IHT receipts set for record total
The latest HMRC inheritance tax receipts published today have revealed that £5.7bn was collected in the first three quarters of the 2023/24 financial year.
That’s an 8% rise on the same period in the previous year when the figure was £5.3bn.
It means IHT already looks likely to raise yet another record annual haul for the Treasury, with estimates putting this year's total at £7.6bn, which would top last year's £7.1bn total.
Stephen Lowe, group communications director at retirement specialist Just Group, said: “We are now three-quarters of the way through the 2023-24 financial year and it is evident that the Chancellor can once again bank on record-busting IHT receipts for a third successive year."

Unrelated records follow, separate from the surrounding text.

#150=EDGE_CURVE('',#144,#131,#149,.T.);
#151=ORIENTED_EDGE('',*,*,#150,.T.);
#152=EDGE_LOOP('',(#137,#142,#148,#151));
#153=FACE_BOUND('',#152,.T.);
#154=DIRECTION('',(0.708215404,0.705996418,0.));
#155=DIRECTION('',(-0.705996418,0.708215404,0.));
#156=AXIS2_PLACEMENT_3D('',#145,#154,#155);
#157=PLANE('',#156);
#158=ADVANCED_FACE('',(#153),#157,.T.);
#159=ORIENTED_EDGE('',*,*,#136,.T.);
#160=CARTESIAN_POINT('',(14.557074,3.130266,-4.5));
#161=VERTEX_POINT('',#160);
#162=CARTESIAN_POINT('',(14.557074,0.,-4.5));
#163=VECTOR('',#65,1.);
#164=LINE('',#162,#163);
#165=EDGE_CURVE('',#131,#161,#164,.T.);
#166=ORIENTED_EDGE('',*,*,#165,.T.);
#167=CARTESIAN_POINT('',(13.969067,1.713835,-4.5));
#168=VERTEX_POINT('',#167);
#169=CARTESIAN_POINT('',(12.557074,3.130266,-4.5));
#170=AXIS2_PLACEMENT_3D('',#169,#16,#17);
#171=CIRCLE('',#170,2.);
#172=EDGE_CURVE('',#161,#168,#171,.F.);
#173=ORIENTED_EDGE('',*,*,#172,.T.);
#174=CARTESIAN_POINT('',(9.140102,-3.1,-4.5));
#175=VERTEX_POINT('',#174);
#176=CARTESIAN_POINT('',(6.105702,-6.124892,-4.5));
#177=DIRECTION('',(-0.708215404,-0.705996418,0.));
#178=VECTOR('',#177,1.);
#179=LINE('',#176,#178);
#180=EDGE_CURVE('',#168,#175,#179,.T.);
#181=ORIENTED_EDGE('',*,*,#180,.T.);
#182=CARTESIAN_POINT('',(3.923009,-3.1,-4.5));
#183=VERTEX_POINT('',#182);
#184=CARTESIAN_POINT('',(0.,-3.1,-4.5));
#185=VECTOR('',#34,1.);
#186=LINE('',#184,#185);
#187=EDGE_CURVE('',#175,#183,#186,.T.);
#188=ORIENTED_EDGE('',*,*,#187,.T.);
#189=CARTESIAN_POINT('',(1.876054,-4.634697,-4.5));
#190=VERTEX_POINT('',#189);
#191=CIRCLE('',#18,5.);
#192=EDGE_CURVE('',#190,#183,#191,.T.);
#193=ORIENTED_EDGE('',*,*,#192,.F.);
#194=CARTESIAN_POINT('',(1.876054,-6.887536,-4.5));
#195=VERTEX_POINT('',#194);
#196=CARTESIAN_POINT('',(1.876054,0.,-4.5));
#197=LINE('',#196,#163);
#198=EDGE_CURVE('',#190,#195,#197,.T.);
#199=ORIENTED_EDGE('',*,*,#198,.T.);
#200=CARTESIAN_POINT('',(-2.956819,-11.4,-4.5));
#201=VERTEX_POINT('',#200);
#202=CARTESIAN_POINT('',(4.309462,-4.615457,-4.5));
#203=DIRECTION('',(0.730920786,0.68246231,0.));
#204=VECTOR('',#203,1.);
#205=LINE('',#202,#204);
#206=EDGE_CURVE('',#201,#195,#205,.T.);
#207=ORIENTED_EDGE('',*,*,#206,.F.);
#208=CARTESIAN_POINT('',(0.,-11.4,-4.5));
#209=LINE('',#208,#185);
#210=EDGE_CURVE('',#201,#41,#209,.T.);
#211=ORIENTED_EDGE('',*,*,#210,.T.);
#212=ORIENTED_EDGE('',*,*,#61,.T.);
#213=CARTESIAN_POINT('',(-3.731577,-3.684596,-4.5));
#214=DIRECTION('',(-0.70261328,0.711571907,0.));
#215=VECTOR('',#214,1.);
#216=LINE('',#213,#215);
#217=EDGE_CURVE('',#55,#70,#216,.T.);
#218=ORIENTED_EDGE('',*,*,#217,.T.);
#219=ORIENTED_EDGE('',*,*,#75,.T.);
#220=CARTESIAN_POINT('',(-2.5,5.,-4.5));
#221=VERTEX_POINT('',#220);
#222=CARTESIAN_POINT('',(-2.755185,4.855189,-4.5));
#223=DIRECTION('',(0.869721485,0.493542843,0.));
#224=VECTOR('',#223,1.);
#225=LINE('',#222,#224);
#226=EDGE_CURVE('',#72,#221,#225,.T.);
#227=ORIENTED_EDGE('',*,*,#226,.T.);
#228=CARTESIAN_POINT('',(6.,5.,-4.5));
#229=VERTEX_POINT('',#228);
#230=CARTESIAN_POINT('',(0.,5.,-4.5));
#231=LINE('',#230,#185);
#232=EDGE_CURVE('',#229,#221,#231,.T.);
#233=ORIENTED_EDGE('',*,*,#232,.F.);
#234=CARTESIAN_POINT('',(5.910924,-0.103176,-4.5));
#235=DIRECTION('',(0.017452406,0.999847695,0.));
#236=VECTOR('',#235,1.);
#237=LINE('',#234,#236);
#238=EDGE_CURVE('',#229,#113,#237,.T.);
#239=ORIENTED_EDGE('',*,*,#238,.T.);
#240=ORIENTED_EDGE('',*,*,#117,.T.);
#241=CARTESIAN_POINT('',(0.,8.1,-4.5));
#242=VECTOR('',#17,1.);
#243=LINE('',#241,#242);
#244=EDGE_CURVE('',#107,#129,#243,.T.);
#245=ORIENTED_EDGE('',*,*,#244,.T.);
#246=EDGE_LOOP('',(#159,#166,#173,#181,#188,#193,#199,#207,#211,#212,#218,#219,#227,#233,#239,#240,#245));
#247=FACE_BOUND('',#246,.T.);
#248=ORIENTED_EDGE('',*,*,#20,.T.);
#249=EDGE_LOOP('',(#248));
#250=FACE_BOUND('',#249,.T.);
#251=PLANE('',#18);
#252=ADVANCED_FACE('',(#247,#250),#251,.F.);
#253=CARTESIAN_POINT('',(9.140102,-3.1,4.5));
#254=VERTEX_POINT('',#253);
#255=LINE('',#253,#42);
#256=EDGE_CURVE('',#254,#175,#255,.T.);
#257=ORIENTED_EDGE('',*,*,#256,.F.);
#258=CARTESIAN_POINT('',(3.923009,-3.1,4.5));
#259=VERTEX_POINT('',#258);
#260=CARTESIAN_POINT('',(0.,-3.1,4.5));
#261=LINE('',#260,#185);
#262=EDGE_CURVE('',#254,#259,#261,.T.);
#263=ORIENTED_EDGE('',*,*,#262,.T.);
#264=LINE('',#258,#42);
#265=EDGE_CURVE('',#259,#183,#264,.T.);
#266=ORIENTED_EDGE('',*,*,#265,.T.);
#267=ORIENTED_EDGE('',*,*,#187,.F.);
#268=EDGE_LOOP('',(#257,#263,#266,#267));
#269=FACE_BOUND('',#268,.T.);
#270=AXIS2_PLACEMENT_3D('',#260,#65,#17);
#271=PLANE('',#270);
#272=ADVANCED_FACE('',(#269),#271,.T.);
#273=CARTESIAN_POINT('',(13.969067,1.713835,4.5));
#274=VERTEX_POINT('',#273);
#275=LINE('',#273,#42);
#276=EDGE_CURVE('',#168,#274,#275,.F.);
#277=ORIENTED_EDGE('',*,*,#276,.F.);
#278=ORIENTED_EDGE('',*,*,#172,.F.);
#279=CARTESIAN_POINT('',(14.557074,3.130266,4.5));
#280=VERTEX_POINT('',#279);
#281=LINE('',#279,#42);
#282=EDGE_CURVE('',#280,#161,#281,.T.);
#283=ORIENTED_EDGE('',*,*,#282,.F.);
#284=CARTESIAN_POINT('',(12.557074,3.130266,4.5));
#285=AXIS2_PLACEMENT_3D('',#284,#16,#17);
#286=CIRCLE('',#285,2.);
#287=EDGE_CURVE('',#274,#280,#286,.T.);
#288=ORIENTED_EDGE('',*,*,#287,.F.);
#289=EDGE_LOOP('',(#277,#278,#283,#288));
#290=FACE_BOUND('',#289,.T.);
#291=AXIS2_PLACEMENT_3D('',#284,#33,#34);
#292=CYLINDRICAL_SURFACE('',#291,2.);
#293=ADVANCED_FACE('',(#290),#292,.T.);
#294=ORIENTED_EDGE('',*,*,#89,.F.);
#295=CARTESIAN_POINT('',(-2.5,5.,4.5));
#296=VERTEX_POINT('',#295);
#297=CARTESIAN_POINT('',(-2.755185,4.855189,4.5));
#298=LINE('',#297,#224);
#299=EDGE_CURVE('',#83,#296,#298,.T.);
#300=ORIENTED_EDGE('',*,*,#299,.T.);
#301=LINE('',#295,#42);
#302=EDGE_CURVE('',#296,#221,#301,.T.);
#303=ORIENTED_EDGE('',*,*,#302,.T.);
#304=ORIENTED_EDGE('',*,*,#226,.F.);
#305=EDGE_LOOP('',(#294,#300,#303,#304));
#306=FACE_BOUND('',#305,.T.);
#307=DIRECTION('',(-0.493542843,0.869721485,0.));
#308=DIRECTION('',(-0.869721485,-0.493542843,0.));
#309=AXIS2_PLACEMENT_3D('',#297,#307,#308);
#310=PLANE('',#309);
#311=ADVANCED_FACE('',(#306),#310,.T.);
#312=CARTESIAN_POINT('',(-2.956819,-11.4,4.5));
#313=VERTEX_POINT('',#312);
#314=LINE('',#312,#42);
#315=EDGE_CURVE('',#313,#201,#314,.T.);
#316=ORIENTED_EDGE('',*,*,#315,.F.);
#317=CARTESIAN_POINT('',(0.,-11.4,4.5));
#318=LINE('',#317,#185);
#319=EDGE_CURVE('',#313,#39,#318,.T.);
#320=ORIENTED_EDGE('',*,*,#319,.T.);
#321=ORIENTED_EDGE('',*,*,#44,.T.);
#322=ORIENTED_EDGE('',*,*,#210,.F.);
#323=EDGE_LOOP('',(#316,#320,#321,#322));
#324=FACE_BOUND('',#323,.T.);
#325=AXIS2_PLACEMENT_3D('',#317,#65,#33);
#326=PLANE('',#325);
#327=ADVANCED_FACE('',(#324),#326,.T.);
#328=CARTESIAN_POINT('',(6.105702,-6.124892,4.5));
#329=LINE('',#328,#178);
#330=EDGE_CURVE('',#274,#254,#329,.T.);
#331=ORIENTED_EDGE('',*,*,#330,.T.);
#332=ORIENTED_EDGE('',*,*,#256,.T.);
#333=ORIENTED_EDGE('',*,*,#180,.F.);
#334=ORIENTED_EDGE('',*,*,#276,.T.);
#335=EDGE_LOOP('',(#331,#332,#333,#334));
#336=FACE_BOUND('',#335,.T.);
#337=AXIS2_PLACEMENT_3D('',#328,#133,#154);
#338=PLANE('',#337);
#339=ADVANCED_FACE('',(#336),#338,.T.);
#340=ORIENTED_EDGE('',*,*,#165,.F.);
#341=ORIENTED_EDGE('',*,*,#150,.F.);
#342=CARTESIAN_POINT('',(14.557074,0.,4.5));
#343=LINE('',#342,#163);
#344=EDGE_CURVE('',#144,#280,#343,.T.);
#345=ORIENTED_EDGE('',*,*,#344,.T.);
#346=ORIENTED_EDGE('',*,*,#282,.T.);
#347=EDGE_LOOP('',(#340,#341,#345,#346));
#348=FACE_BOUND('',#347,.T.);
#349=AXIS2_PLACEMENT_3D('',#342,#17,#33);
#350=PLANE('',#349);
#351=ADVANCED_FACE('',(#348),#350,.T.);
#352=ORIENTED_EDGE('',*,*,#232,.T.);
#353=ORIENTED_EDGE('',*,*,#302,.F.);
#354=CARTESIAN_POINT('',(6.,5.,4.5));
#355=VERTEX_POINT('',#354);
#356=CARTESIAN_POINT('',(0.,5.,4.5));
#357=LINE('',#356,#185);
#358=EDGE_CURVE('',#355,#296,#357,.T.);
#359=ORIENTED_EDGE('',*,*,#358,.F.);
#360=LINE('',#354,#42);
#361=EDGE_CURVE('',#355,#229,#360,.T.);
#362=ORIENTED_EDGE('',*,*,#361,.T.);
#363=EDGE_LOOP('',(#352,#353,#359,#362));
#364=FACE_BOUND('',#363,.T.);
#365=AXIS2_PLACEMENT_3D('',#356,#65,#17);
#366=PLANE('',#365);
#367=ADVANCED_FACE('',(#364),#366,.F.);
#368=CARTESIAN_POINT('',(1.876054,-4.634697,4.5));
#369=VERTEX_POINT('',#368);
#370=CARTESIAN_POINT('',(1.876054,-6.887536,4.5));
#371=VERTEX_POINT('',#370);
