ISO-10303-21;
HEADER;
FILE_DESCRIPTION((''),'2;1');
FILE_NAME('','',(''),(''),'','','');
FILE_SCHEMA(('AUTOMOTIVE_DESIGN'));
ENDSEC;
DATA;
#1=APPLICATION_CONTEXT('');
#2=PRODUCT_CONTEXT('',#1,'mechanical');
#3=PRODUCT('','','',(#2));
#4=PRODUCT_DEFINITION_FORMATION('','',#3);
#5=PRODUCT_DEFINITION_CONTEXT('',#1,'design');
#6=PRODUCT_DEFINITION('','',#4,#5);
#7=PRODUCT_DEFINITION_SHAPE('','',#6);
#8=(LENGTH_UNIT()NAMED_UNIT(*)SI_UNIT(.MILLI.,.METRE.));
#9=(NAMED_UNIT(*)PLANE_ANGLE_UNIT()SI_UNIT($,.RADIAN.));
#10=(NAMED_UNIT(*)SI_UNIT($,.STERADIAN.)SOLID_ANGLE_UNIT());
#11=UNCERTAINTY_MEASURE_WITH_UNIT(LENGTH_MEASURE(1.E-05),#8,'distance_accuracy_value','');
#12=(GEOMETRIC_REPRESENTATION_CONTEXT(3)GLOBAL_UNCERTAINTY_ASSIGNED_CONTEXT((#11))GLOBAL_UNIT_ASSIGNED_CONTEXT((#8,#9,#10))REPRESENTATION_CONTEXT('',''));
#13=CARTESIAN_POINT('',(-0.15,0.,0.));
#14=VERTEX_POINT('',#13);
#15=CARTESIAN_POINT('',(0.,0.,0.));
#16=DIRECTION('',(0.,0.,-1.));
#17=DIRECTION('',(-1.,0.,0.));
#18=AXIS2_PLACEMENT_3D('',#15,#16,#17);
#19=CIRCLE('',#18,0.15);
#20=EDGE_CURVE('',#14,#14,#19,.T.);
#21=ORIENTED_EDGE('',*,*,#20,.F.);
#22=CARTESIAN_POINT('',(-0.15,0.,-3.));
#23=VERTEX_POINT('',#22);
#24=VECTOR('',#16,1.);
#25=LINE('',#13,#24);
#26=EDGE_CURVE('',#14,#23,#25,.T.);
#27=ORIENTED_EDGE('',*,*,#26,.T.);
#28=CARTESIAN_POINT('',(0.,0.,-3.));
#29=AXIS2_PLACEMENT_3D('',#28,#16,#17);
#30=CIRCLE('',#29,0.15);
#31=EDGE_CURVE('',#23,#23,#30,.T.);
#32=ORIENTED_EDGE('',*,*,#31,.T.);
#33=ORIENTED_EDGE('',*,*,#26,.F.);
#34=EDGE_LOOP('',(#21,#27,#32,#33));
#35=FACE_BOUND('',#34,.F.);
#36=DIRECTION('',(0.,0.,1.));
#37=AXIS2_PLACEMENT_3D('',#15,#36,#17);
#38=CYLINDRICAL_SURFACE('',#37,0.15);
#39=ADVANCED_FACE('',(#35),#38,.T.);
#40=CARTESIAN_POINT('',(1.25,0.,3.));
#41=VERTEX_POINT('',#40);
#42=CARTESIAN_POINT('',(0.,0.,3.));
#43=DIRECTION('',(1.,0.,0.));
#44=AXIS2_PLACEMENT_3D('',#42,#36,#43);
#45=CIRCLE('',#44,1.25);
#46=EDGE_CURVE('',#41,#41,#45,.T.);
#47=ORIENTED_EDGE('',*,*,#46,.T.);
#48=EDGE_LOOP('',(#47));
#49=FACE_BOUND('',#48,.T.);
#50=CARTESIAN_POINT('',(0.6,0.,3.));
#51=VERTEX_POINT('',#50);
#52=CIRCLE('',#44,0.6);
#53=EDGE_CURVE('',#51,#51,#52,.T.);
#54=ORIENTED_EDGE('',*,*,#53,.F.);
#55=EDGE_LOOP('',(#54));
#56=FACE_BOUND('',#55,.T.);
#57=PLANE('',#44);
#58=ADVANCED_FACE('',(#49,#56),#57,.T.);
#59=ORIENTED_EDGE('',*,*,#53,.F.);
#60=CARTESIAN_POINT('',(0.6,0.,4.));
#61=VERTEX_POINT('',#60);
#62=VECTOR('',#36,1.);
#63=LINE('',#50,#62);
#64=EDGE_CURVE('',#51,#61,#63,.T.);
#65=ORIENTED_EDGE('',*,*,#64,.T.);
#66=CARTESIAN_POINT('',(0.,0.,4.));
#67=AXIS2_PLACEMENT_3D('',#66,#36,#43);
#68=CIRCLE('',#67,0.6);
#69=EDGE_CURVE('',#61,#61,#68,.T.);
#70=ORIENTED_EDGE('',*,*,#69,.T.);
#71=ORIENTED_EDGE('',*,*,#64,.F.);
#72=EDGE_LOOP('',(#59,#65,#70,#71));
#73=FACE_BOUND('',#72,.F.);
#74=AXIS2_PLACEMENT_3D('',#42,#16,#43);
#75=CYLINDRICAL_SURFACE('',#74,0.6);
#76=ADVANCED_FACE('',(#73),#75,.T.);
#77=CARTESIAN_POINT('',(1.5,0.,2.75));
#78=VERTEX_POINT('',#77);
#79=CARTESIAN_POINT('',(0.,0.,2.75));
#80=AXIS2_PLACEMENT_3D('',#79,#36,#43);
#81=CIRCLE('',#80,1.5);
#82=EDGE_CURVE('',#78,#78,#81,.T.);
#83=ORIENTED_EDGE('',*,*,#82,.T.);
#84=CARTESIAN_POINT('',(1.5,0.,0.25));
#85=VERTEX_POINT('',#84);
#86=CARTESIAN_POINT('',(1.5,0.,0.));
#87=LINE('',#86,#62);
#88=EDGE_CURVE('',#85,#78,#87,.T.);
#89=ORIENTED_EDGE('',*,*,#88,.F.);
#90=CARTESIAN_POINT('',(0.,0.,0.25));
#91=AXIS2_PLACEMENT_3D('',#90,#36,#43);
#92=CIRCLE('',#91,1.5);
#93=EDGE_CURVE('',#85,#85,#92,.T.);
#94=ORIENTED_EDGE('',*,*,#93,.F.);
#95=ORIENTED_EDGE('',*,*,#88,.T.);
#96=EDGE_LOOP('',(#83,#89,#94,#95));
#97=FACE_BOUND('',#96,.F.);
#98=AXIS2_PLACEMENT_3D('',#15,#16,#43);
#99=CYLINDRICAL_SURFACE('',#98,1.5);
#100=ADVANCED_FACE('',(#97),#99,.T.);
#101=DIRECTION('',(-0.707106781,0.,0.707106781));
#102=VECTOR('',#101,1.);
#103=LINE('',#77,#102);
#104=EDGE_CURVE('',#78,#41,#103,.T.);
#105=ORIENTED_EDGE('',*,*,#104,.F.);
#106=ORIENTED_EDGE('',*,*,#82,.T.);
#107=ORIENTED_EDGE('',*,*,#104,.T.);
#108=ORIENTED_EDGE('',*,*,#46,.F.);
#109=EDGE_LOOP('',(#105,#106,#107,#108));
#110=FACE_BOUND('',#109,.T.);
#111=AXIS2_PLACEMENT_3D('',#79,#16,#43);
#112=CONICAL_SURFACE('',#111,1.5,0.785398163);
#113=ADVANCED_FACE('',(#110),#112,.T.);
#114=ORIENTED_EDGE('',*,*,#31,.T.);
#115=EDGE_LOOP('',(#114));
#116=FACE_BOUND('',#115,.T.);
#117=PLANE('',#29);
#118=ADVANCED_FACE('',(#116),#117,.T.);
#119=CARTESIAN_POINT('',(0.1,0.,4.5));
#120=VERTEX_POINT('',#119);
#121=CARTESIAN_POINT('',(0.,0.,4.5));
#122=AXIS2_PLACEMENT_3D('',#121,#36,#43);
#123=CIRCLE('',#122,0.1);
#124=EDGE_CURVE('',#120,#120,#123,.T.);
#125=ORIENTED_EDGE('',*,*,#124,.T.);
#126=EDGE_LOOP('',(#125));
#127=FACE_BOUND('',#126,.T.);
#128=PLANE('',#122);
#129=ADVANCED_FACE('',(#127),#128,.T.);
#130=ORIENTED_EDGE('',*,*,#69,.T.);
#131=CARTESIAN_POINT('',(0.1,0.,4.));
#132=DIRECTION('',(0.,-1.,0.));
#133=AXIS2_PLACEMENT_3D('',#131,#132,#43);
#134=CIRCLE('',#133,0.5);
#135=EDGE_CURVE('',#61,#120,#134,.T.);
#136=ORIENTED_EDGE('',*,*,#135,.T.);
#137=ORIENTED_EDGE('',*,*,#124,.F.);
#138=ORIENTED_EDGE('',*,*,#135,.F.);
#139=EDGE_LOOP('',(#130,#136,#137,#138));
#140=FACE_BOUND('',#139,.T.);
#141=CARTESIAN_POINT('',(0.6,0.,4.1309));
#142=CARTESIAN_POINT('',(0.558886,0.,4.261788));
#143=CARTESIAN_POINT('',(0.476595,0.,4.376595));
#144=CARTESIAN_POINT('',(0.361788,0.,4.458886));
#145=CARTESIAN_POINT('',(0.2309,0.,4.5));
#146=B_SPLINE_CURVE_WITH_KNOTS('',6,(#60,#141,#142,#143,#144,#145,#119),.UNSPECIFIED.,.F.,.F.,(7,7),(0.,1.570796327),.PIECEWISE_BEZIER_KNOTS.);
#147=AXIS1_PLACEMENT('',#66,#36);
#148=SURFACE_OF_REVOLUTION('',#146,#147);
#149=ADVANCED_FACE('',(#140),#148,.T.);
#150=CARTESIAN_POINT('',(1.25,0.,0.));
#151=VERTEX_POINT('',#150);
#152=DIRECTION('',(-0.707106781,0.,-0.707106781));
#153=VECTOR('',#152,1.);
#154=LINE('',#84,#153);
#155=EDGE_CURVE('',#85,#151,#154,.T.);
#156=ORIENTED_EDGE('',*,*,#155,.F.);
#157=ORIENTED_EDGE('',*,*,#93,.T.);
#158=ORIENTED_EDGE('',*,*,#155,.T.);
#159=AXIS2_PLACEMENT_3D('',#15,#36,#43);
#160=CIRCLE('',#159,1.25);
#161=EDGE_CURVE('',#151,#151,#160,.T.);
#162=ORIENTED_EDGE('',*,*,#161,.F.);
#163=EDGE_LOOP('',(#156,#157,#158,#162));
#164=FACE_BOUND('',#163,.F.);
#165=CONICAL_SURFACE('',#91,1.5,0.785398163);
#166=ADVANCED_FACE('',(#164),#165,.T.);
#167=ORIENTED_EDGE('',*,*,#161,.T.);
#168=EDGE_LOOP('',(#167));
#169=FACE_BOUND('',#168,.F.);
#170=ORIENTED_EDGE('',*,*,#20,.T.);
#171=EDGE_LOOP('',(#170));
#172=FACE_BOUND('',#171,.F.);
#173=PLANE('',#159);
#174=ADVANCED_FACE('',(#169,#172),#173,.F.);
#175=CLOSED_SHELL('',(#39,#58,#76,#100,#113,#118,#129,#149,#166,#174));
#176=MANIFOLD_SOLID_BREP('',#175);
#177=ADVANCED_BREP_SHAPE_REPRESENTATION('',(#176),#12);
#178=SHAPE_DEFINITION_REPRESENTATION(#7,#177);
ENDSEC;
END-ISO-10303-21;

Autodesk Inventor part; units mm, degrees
ref_plane "YZ Plane" through (0, 0, 0) normal (1, 0, 0) x (0, 1, 0)
ref_plane "XZ Plane" through (0, 0, 0) normal (0, 1, 0) x (-1, 0, 0)
ref_plane "XY Plane" through (0, 0, 0) normal (0, 0, 1) x (1, 0, 0)
sketch "Sketch1" plane through (0, 0, 0) normal (0, 0, 1) x (1, 0, 0)
  circle A0 centre (0, 0) radius 1.5
  dimension "d0" = 3
extrude "Extrusion1" add sketch "Sketch1" along normal blind 3
chamfer "Chamfer1" distance 0.25 angle 45 2 edges at (-1.5, 0, 3) (-1.5, 0, 0)
sketch "Sketch2" plane through (0, 0, 3) normal (0, 0, 1) x (1, 0, 0)
  circle A0 centre (0, 0) radius 0.6
  dimension "d12" = 1.2
extrude "Extrusion2" add sketch "Sketch2" along normal blind 1.5
fillet "Fillet1" radius 0.5 1 edges at (-0.6, 0, 4.5)
sketch "Sketch3" plane through (0, 0, 0) normal (0, 0, -1) x (-1, 0, 0)
  circle A0 centre (0, 0) radius 0.15
  dimension "d9" = 0.3
extrude "Extrusion3" add sketch "Sketch3" along normal blind 3
properties part number "DC motor"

He said freezing the thresholds has dragged more households into paying IHT, especially when combined with the property price rises of the last five years or so.
Mr Lowe calculated that at the current rate of collection, IHT will raise around £7.6bn for the Treasury in this financial year, far surpassing the OBR’s forecast of £7.2bn as well as last year’s all-time high of £7.1bn.
But with the Spring Budget a little over a month away, rumours continue to swirl around the potential for IHT to be scrapped as the government looks to cut taxes ahead of a General Election.
Mr Lowe said: “we may see the Chancellor prioritise political expediency in the coming Spring Budget as we rapidly approach the next general election.”
Helen Morrissey, head of retirement analysis at Hargreaves Lansdown said: “Reported government plans to axe inheritance tax at the last Autumn Statement were widely criticised, but with a mixture of frozen thresholds and historic house price growth pulling more people into the net, we may well see plans to reform this tax made a feature of March’s Budget.”
Shaun Moore, tax and financial planning expert at Quilter, said: “Abolition of IHT would certainly split voters and it’s likely that Labour would fairly rapidly vow to bring it back into force if they were to get in. This could therefore become a serious area of contention over the following few months if the Conservative party is minded to push ahead with abolition.”
He said regardless of which political party gets into government, simplification of IHT is overdue.